Bryconops disruptus
- Conservation status: Least Concern (IUCN 3.1)

Scientific classification
- Kingdom: Animalia
- Phylum: Chordata
- Class: Actinopterygii
- Order: Characiformes
- Family: Iguanodectidae
- Genus: Bryconops
- Species: B. disruptus
- Binomial name: Bryconops disruptus Chernoff & Machado-Allison, 1997

= Bryconops disruptus =

- Authority: Chernoff & Machado-Allison, 1997
- Conservation status: LC

Species of fish

Bryconops disruptus is a small freshwater fish of the family Iguanodectidae. It is only found in the Rio Negro in South America. Like the rest of the genus Bryconops, B. disruptus is silvery in color, with a relatively deep chest and a notable set of teeth. The specific epithet "disruptus" refers to the incomplete lateral line.

== Description ==
Bryconops disruptus is one of the smallest members of Bryconops, measuring about 6.4 cm (2.5 in) in standard length. The only species smaller is Bryconops durbinae, which reaches 3.1 cm (1.2 in) in standard length. It is similar in coloration to Bryconops caudomaculatus, including a similar caudal ocellus (an eyespot on the tail fin), but is overall a darker silver and has a more consistently incomplete lateral line. The number of pored lateral line scales varies wildly, ranging from 9 to 23.

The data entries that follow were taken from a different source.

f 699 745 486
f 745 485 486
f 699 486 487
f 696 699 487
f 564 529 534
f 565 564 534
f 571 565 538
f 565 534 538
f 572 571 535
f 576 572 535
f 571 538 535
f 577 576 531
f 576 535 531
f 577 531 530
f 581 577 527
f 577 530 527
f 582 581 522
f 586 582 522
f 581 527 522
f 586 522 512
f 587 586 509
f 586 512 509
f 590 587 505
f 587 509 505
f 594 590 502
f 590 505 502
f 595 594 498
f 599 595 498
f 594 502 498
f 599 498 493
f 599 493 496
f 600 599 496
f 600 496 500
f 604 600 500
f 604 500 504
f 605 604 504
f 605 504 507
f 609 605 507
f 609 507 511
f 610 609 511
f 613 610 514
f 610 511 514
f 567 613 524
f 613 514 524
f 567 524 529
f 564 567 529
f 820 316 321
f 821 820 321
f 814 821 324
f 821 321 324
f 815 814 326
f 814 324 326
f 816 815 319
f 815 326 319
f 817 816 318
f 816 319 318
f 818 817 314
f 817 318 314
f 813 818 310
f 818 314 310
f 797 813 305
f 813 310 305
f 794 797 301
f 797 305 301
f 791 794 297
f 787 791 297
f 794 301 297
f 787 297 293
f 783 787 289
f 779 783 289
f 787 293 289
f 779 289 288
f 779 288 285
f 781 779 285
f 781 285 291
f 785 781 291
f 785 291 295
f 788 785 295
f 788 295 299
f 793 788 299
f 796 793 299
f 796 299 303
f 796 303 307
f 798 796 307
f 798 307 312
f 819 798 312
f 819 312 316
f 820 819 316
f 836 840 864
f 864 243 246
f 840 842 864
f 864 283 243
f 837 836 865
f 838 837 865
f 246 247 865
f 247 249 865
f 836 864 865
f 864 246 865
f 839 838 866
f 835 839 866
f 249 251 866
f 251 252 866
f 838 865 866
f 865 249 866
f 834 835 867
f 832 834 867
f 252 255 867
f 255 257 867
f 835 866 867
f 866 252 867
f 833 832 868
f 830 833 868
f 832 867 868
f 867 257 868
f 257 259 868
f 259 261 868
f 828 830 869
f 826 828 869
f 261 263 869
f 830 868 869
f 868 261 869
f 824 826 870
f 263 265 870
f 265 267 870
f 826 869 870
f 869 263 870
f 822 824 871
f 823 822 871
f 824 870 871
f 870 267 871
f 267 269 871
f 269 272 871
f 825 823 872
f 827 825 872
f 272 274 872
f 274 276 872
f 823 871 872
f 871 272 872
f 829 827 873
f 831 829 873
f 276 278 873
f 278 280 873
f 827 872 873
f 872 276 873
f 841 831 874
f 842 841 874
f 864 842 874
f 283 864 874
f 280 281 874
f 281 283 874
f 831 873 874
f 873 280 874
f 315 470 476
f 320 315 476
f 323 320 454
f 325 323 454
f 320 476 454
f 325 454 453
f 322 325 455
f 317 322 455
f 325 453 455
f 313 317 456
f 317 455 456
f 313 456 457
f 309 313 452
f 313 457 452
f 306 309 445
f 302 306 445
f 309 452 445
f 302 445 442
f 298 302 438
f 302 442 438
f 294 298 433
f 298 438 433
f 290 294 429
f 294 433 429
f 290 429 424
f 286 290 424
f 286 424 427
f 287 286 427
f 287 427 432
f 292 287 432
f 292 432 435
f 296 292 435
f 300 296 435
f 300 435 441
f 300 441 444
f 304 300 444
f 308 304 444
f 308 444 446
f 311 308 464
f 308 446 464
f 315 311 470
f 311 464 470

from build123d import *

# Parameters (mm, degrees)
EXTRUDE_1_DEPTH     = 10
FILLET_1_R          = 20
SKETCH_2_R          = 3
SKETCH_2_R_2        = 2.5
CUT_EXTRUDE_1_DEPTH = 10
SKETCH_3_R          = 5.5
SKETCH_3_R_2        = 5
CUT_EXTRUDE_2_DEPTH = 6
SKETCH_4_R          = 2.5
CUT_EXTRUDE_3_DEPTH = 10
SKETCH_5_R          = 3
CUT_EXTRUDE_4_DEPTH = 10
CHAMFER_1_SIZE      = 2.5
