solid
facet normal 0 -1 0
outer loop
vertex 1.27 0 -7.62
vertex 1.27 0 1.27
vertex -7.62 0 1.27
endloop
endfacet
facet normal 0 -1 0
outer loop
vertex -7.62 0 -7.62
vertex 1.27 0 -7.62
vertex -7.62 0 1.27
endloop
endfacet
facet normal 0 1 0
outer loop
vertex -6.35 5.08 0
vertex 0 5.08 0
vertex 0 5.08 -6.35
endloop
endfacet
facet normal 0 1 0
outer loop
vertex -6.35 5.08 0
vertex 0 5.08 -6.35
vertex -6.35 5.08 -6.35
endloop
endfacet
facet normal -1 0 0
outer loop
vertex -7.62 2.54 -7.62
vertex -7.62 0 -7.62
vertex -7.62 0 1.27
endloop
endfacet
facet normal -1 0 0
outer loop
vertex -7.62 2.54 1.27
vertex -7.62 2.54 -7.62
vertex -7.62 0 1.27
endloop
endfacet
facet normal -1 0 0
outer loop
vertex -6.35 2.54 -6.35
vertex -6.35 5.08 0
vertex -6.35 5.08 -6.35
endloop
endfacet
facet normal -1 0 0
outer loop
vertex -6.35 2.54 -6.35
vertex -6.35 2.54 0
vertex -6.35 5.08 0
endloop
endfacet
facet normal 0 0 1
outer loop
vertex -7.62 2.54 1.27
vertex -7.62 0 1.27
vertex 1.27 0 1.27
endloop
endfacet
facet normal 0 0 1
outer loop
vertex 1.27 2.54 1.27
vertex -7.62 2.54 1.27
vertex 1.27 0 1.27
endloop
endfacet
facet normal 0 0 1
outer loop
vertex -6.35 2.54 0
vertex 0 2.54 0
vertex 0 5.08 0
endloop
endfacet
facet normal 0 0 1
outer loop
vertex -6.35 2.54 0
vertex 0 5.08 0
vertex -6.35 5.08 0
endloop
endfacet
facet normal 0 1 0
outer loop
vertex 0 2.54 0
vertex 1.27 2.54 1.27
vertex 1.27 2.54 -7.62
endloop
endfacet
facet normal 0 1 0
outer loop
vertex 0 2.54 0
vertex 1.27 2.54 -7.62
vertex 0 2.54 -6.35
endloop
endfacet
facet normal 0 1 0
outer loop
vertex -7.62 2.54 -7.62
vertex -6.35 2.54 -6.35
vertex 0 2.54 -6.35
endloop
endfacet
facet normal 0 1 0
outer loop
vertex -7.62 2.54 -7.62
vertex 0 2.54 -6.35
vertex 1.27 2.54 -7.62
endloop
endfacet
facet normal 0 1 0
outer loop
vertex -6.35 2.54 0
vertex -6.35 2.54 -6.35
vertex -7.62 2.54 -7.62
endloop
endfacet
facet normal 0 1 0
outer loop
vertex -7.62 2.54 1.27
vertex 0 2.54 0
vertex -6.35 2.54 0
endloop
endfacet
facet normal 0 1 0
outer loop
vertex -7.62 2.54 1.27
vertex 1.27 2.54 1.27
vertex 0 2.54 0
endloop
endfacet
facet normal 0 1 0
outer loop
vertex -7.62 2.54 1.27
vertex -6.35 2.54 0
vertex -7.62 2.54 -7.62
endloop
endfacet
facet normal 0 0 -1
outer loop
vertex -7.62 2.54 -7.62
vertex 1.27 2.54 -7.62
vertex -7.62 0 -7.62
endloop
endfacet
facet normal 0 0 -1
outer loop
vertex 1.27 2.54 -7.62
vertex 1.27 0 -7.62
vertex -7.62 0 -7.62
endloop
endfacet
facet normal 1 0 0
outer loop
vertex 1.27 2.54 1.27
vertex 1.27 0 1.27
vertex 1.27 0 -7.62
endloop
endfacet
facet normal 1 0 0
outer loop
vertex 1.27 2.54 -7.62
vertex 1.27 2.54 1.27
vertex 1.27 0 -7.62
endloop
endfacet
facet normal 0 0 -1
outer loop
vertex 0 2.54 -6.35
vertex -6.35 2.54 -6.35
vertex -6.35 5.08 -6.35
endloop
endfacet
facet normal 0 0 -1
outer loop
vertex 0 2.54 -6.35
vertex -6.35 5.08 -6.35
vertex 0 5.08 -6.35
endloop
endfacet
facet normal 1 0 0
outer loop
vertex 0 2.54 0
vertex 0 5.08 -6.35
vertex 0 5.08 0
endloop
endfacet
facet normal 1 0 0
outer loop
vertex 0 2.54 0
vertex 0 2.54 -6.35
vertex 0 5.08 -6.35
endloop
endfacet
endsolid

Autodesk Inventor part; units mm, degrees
ref_plane "YZ Plane" through (0, 0, 0) normal (1, 0, 0) x (0, 1, 0)
ref_plane "XZ Plane" through (0, 0, 0) normal (0, 1, 0) x (-1, 0, 0)
ref_plane "XY Plane" through (0, 0, 0) normal (0, 0, 1) x (1, 0, 0)
sketch "Sketch1" plane through (0, 0, 0) normal (0, 1, 0) x (-1, 0, 0)
  line L0 (0, 0) -> (6.35, 0)
  line L1 (6.35, 0) -> (6.35, -6.35)
  line L2 (6.35, -6.35) -> (0, -6.35)
  line L3 (0, -6.35) -> (0, 0)
  line L4 (7.62, -7.62) -> (7.62, 1.27)
  line L5 (7.62, 1.27) -> (-1.27, 1.27)
  line L6 (-1.27, 1.27) -> (-1.27, -7.62)
  line L7 (-1.27, -7.62) -> (7.62, -7.62)
  dimension "d0" = 6.35
  dimension "d1" = 6.35
  dimension "d2" = 1.27
extrude "Extrusion1" add sketch "Sketch1" along normal blind 5.08 contours L0 L1 L2 L3
extrude "Extrusion2" add sketch "Sketch1" along normal blind 2.54
properties part number "LED"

Due to the presence of a caudal ocellus, B. disruptus bears an outward resemblance to B. caudomaculatus, and its small size and general shape make it reminiscent of B. durbinae. However, it can be told apart by various factors; these include fewer precaudal vertebrae (16 in B. disruptus versus 17–18 in B. caudomaculatus) and the lack of a caudal ocellus in B. durbinae.

== Taxonomy ==
Bryconops disruptus has been identified as a member of the genus Bryconops since its description in February 1997. Originally, the genus Bryconops was considered a member of the family Characidae, but research in 2011 prompted a move into the family Iguanodectidae, alongside the genera Piabucus and Iguanodectes. B. disruptus is currently classified as an iguanodectid.

Bryconops caudomaculatus, a closely related congener, is at the center of an informal species complex that formed around a history of mistaken identity or synonymy. B. disruptus is a part of this species complex, having drawn multiple comparisons to B. caudomaculatus in its original description.

The specific epithet "disruptus" is in reference to the lateral line, which is regularly incomplete or interrupted. B. disruptus has no accepted common names.

== Habitat and ecology ==
Bryconops disruptus solely inhabits the Rio Negro, a blackwater tributary of the Amazon river. The Rio Negro has very low mineral content, and is very acidic, with a pH ranging from 2.9 to 4.2. The riverbed is stable, with low erosion and very few suspended particulates in the water, and the flora and fauna are generally sparse outside of species like B. disruptus.

Blackwater habitats generally have low oxygen content, which shows that B. disruptus does not need well-oxygenated waters to survive. This is because blackwater conditions are caused by the decay of plant matter leaching tannins into the water, and the microbial activity responsible for said decay consumes a great deal of the available dissolved oxygen.

Bryconops disruptus's preference for acidic and/or blackwater environments is something it shares with more than a few of its congeners. One of these is Bryconops collettei, which is found both in more acidic blackwaters and rather less acidic clear waters. Another example is Bryconops colaroja, which inhabits waters in the Guiana Shield that lean towards acidity.

=== Conservation status ===
The Rio Negro is the world's largest blackwater river, which means that B. disruptus has a wide native range.